In sostanza, velocizza il make, non l'eseguibile. IMHO la funzione SMP e' kernel.

----------

## cerri

enx89, manco ci mettessimo d'accordo  :Very Happy:   :Very Happy:   :Very Happy: 

----------

## max_1975

Non posso utilizzare i threads (in sostanza il programma deve fare una sola cosa un sacco di volte...ovvero cicli for innestati su array multidimensionali)...mi ricordo che quando lavoravo su macchine Digital Alpha (con compilatore proprietario) bisognava specificare al compilatore esattamente il numero di processori su cui il programma avrebbe girato...

Vedrò di informarmi meglio...

Grazie comunque

----------

## cerri

PARLO PERCHE' CREDO CHE SIA COSì... FORSE

In linux un processo NON puo' girare su piu' processori contemporaneamente, pertanto il "trick" sta nello scrivere l'applicazione in modo da forkare piu' processi.

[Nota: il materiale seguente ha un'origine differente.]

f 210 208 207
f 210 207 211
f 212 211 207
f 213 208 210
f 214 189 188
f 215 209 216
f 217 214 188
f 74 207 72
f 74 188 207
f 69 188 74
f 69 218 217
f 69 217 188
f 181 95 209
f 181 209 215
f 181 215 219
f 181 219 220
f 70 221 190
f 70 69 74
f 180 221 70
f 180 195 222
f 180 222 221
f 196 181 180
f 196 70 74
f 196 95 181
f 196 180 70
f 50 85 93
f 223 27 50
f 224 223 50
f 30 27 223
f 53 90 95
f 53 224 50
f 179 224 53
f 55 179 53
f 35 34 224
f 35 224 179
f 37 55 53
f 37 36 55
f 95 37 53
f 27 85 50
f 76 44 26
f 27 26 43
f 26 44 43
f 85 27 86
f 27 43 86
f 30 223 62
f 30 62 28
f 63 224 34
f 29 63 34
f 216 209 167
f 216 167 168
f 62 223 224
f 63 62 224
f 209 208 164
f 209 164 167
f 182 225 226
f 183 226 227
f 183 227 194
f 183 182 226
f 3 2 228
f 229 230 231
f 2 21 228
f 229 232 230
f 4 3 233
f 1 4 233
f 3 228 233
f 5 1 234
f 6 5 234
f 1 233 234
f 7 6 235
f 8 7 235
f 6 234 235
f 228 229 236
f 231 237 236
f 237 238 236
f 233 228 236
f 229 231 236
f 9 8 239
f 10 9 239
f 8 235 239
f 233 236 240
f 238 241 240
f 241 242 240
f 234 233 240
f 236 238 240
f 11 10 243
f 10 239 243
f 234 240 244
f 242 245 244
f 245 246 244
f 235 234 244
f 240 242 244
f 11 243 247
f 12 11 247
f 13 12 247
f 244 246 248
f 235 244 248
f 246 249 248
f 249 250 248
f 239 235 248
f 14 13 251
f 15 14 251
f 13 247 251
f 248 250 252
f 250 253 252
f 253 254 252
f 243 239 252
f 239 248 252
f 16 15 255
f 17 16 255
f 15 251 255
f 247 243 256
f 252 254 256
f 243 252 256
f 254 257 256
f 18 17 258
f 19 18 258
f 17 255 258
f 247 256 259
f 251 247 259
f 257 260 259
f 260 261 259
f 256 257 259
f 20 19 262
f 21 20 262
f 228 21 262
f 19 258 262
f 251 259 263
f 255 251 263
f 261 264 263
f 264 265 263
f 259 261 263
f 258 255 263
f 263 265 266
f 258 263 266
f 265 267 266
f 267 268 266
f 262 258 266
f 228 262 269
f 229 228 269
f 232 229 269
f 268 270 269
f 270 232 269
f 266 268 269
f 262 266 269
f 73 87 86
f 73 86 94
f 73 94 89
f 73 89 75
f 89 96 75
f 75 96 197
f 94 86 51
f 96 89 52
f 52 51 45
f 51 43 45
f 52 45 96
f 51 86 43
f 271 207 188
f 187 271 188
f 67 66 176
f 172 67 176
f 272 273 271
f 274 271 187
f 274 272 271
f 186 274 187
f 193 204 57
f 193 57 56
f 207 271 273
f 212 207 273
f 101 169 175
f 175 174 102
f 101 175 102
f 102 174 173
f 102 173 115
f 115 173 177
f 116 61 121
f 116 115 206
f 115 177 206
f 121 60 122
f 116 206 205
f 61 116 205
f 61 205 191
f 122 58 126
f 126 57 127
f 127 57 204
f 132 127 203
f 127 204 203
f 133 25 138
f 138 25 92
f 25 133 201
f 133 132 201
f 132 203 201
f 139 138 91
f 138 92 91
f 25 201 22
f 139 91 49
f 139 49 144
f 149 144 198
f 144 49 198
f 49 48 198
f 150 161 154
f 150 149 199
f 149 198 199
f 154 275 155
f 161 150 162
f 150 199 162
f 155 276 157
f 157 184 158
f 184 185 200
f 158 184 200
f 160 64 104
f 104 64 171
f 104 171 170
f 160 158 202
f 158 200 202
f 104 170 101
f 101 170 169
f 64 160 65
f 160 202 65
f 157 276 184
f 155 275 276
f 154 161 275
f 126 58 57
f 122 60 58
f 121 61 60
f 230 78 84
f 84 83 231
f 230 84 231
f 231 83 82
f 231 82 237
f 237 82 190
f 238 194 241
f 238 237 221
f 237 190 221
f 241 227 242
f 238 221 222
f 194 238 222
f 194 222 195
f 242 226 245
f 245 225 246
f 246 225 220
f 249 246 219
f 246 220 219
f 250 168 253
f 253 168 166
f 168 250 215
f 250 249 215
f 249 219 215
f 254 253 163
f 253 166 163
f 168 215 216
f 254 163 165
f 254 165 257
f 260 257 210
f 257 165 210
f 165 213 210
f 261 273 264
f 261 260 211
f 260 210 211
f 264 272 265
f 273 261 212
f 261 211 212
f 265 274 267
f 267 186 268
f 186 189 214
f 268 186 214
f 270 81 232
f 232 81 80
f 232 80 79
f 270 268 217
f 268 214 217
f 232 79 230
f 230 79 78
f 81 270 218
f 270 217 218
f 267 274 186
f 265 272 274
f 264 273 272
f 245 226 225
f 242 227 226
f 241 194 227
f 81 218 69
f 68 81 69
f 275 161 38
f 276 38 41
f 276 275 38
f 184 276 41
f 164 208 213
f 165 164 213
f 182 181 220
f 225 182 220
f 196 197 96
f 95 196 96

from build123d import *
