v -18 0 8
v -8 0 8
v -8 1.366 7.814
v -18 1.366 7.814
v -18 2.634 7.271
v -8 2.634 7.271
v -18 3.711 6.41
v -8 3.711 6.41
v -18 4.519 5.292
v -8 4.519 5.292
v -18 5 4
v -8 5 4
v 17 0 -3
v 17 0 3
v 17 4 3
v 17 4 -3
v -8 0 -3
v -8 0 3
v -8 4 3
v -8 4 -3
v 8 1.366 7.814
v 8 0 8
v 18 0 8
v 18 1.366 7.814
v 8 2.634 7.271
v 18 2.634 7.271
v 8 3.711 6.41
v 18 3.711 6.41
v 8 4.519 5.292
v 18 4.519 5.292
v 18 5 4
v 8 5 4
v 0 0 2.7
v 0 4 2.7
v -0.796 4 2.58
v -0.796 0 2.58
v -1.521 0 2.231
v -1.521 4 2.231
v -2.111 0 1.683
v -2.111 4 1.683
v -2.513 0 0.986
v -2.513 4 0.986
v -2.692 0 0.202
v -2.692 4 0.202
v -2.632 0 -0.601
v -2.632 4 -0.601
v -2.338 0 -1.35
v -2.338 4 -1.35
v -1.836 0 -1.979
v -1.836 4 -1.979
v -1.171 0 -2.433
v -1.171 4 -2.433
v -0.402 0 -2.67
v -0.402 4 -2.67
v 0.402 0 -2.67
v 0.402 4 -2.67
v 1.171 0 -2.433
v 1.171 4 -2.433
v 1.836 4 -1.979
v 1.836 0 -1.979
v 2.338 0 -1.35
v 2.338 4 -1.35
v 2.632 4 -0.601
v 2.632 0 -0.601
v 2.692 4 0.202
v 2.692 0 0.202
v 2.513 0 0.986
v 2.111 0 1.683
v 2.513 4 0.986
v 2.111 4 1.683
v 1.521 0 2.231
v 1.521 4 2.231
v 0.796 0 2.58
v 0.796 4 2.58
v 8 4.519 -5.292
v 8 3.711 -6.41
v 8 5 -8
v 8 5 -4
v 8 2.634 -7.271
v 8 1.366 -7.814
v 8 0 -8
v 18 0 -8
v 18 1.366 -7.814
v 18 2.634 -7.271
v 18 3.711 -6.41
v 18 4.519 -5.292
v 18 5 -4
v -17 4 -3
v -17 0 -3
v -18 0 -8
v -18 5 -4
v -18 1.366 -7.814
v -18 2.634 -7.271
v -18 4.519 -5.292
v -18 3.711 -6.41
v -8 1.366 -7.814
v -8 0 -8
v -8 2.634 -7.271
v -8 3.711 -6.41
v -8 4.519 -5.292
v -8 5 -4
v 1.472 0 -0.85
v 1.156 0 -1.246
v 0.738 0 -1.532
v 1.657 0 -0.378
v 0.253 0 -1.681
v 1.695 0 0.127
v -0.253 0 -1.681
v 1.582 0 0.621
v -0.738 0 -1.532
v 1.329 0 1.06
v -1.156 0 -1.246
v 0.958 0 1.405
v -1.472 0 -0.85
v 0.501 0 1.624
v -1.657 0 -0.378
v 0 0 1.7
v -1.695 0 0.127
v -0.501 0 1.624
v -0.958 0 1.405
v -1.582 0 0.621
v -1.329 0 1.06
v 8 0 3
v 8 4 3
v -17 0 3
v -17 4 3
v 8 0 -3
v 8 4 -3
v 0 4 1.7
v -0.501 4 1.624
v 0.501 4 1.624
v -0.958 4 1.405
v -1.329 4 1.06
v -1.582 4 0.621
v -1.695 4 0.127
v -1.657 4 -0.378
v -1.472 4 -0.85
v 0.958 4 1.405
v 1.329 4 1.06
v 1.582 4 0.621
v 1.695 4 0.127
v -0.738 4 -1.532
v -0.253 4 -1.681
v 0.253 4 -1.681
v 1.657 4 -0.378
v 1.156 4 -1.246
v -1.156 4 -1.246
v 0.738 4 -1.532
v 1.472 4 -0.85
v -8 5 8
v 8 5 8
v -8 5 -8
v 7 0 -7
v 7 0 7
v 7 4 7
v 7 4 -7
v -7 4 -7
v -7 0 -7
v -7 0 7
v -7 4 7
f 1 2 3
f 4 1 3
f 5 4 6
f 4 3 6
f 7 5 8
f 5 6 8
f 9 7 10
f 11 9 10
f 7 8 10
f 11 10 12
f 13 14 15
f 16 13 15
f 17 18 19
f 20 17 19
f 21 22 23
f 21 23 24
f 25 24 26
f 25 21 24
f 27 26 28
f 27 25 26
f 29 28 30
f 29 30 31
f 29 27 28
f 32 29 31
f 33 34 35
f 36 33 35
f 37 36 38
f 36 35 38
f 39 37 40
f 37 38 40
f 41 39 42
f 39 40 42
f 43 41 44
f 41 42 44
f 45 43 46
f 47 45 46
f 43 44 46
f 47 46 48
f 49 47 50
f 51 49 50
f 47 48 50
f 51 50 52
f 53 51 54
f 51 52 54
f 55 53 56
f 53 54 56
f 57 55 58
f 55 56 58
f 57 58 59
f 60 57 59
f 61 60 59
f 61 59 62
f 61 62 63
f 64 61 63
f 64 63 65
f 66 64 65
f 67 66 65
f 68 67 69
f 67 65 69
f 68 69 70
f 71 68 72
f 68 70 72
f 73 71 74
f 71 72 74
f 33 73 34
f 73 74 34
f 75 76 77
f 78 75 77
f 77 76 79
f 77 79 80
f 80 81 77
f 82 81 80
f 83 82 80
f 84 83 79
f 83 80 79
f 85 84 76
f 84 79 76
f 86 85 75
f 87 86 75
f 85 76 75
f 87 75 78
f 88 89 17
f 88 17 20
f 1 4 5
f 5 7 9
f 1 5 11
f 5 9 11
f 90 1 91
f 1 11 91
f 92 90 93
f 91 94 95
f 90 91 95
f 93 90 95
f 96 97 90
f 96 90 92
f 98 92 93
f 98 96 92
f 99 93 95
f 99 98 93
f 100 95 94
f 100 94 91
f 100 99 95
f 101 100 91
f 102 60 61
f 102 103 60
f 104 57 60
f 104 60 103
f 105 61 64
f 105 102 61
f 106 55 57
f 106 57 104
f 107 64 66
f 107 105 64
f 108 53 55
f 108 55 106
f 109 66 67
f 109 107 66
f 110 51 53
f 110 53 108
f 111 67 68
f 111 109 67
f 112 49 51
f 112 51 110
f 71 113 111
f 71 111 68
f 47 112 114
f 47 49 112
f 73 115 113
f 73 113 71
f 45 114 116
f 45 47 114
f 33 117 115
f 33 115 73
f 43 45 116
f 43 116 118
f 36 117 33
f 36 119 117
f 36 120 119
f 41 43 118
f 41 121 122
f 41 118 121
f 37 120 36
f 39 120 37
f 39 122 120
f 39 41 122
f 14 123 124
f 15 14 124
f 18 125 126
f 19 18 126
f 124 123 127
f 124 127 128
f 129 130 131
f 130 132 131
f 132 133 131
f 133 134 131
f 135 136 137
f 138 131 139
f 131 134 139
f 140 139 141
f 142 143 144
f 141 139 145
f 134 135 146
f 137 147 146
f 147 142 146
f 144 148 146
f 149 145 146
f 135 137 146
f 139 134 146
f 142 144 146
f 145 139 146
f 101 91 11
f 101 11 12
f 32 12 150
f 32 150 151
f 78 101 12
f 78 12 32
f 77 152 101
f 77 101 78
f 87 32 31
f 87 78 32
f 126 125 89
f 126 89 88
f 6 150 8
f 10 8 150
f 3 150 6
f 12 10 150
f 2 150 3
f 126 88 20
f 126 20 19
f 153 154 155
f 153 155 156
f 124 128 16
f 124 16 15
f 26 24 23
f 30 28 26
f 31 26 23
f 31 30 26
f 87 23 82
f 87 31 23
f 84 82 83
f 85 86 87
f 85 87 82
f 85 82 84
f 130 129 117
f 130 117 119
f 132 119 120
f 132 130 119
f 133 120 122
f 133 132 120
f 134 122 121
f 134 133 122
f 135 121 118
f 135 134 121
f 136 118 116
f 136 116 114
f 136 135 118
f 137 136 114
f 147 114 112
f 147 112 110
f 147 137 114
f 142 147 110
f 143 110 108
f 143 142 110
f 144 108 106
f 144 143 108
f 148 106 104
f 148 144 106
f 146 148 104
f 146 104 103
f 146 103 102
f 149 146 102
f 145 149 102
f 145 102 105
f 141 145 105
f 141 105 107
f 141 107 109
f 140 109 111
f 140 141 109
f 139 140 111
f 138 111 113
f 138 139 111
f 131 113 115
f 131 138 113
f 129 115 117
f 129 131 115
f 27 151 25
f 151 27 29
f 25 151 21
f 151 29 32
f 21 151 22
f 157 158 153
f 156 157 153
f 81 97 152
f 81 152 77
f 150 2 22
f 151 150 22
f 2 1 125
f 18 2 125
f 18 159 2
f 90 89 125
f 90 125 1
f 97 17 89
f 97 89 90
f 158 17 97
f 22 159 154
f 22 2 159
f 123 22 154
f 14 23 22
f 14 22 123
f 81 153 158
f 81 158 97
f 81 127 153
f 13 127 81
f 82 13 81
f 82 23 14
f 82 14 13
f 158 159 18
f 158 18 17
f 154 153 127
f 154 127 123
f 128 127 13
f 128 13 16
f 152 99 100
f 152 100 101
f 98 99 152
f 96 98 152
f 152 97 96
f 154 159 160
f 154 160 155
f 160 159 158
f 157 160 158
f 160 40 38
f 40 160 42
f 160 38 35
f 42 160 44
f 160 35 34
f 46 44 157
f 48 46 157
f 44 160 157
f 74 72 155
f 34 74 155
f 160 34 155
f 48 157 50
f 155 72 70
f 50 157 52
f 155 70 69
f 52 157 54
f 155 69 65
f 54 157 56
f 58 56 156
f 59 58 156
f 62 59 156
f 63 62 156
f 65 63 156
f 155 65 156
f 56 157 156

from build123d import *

# Parameters (mm, degrees)
SKETCH1_W           = 16
SKETCH1_H           = 16
BOSS_EXTRUDE1_DEPTH = 5
SHELL1_T            = -1
SKETCH2_R           = 2.7
SKETCH2_R_2         = 1.7
BOSS_EXTRUDE2_DEPTH = 4
SKETCH3_W           = 8
SKETCH3_H           = 5
BOSS_EXTRUDE3_DEPTH = 10
SKETCH4_W           = 8
SKETCH4_H           = 5
BOSS_EXTRUDE4_DEPTH = 10
SHELL2_START        = -17
SHELL2_OUTLINE_W    = 4
SHELL2_OUTLINE_H    = 6
SHELL2_DEPTH        = 9
SHELL2_START_2      = 8
SHELL2_2_OUTLINE_W  = 4
SHELL2_2_OUTLINE_H  = 6
SHELL2_2_DEPTH      = 9
BOSS_EXTRUDE5_DEPTH = 10


# Read off the part's stored shape, not the designer's step: Shell2
with BuildPart() as part:
    # Sketch1 → Boss-Extrude1 (new body)
    with BuildSketch(Plane(origin=(0, 0, 0), x_dir=(1, 0, 0), z_dir=(0, 1, 0))):
        Rectangle(SKETCH1_W, SKETCH1_H)
    extrude(amount=BOSS_EXTRUDE1_DEPTH)

    # Shell1
    shell1_openings = [part.faces().sort_by_distance(p)[0] for p in [
        (0, 0, 0),
    ]]
    offset(amount=SHELL1_T, openings=shell1_openings, kind=Kind.INTERSECTION)

    # Sketch2 → Boss-Extrude2 (add)
    with BuildSketch(Plane.XZ.offset(-4)):
        with Locations(Location((0, 0, 0), (0, 0, 90))):
            Circle(SKETCH2_R)
        with Locations(Location((0, 0, 0), (0, 0, 90))):
            Circle(SKETCH2_R_2, mode=Mode.SUBTRACT)
    extrude(amount=BOSS_EXTRUDE2_DEPTH)

    # Sketch3 → Boss-Extrude3 (add)
    with BuildSketch(Plane.ZY.offset(8)):
        with Locations((0, 2.5)):
            Rectangle(SKETCH3_W, SKETCH3_H)
    extrude(amount=BOSS_EXTRUDE3_DEPTH)

    # Sketch4 → Boss-Extrude4 (add)
    with BuildSketch(Plane(origin=(8, 0, 0), x_dir=(0, 0, -1), z_dir=(1, 0, 0))):
        with Locations((0, 2.5)):
            Rectangle(SKETCH4_W, SKETCH4_H)
    extrude(amount=BOSS_EXTRUDE4_DEPTH)

    # Shell2 outline → Shell2 (cut)
    with BuildSketch(Plane.YZ.offset(SHELL2_START)):
        with Locations((2, 0)):
            Rectangle(SHELL2_OUTLINE_W, SHELL2_OUTLINE_H)
    extrude(amount=SHELL2_DEPTH, mode=Mode.SUBTRACT)

    # Shell2 2 outline → Shell2 2 (cut)
    with BuildSketch(Plane.YZ.offset(SHELL2_START_2)):
        with Locations((2, 0)):
            Rectangle(SHELL2_2_OUTLINE_W, SHELL2_2_OUTLINE_H)
    extrude(amount=SHELL2_2_DEPTH, mode=Mode.SUBTRACT)

    # Sketch5 → Boss-Extrude5 (add)
    with BuildSketch(Plane(origin=(8, 0, 0), x_dir=(0, 0, -1), z_dir=(1, 0, 0))):
        with BuildLine():
            Line((4, 0), (8, 0))
            ThreePointArc((8, 0), (6.876952648, 3.201562119), (4, 5))
            Line((4, 5), (4, 0))
        make_face()
        with BuildLine():
            Line((-4, 0), (-8, 0))
            ThreePointArc((-8, 0), (-6.876952648, 3.201562119), (-4, 5))
            Line((-4, 5), (-4, 0))
        make_face()
    boss_extrude5 = extrude(amount=BOSS_EXTRUDE5_DEPTH)

    # Mirror2: Boss-Extrude5 across plane
    add(boss_extrude5.mirror(Plane(origin=(0, 0, 0), x_dir=(0, 0, 1), z_dir=(1, 0, 0))))


solid = part.part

Inoltre, il GCC non ha nessuna opzione per ottimizzare un'applicazione in base alle CPU, ma soltanto per l'architettura sulla quale dovra' girare.

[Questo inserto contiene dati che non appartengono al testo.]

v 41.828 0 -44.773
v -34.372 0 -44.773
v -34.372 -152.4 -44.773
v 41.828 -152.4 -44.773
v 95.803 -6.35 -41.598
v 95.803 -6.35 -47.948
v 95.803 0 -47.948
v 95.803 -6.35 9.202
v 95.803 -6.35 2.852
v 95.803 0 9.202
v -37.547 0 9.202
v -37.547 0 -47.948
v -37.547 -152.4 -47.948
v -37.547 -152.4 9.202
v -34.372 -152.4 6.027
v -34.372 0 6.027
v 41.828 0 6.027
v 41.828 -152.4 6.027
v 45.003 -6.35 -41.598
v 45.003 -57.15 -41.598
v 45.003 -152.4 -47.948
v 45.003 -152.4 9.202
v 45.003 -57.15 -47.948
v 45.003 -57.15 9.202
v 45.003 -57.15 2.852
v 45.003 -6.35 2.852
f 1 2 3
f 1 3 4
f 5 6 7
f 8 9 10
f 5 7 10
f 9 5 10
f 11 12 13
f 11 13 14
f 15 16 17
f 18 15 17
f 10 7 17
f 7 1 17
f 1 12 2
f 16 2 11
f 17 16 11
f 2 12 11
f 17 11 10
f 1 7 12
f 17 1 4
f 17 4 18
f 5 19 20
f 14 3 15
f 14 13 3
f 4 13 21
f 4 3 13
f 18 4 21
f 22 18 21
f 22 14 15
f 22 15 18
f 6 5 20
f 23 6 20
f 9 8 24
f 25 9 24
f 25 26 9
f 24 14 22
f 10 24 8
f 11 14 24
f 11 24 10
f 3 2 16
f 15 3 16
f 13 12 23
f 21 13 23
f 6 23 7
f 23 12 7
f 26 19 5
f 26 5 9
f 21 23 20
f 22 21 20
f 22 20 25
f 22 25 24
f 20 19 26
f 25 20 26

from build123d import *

# Parameters (mm, degrees)
F0_W     = 82.55
F0_H     = 57.15
F0_W_2   = 76.2
F0_H_2   = 50.8
F1_DEPTH = 152.4
F2_W     = 6.35
F2_H     = 57.15
F3_DEPTH = 50.8
F4_W     = 50.8
F4_H     = 6.35
F5_DEPTH = 50.8
F7_DEPTH = 118.618


with BuildPart() as f1:
    # F0 (on Front) → F1 (new body)
    with BuildSketch(Plane.XZ):
        with Locations((3.728271, -19.37303)):
            Rectangle(F0_W, F0_H)
        with Locations((3.728271, -19.37303)):
            Rectangle(F0_W_2, F0_H_2, mode=Mode.SUBTRACT)
    extrude(amount=F1_DEPTH)

    # F2 (on face) → F3 (join)
    with BuildSketch(Plane.YZ.offset(45.003271)):
        with Locations((-3.175, -19.37303)):
            Rectangle(F2_W, F2_H)
    extrude(amount=F3_DEPTH)

    # F4 (on face) → F5 (join)
    with BuildSketch(Plane.XZ.offset(6.35)):
        with Locations((70.403271, -44.77303)):
            Rectangle(F4_W, F4_H)
        with Locations((70.403271, 6.02697)):
            Rectangle(F4_W, F4_H)
    extrude(amount=F5_DEPTH)

    # F6 (on face) → F7 (cut)
    with BuildSketch(Plane.XY.offset(9.20197)):
        Polygon((95.803271, -6.35), (45.003271, -57.15), (95.803271, -57.15), align=None)
    extrude(amount=-F7_DEPTH, mode=Mode.SUBTRACT)


solid = f1.part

Prova a dare un'occhiata a questo pdf.

----------

## max_1975

Credevo che anche il compilatore fosse capace di spezzare cicli for in più processi indipendenti da distribuire ai vari processori...credo che il compilatore Intel per Fortran 90/95 (ifc) si capace di farlo...

----------

## enx89

 *cerri wrote:*   

> In linux un processo NON puo' girare su piu' processori contemporaneamente, pertanto il "trick" sta nello scrivere l'applicazione in modo da forkare piu' processi

 

Sono d' accordo!!!!!!!  :Very Happy:   :Very Happy:   :Very Happy:   Normalmente un processo gira su un processore, ma se il processo usa i threads questi vengono fatti girare su più processori. 

 *max_1975 wrote:*   

> Non posso utilizzare i threads (in sostanza il programma deve fare una sola cosa un sacco di volte...ovvero cicli for innestati su array multidimensionali)

 

non riesci proprio a trasformare la tua appilcazione per usare i threads, vero?

Purtroppo non so darti altri consigli  :Sad:   :Sad:   :Sad:   :Sad:   :Sad: 

ENx

----------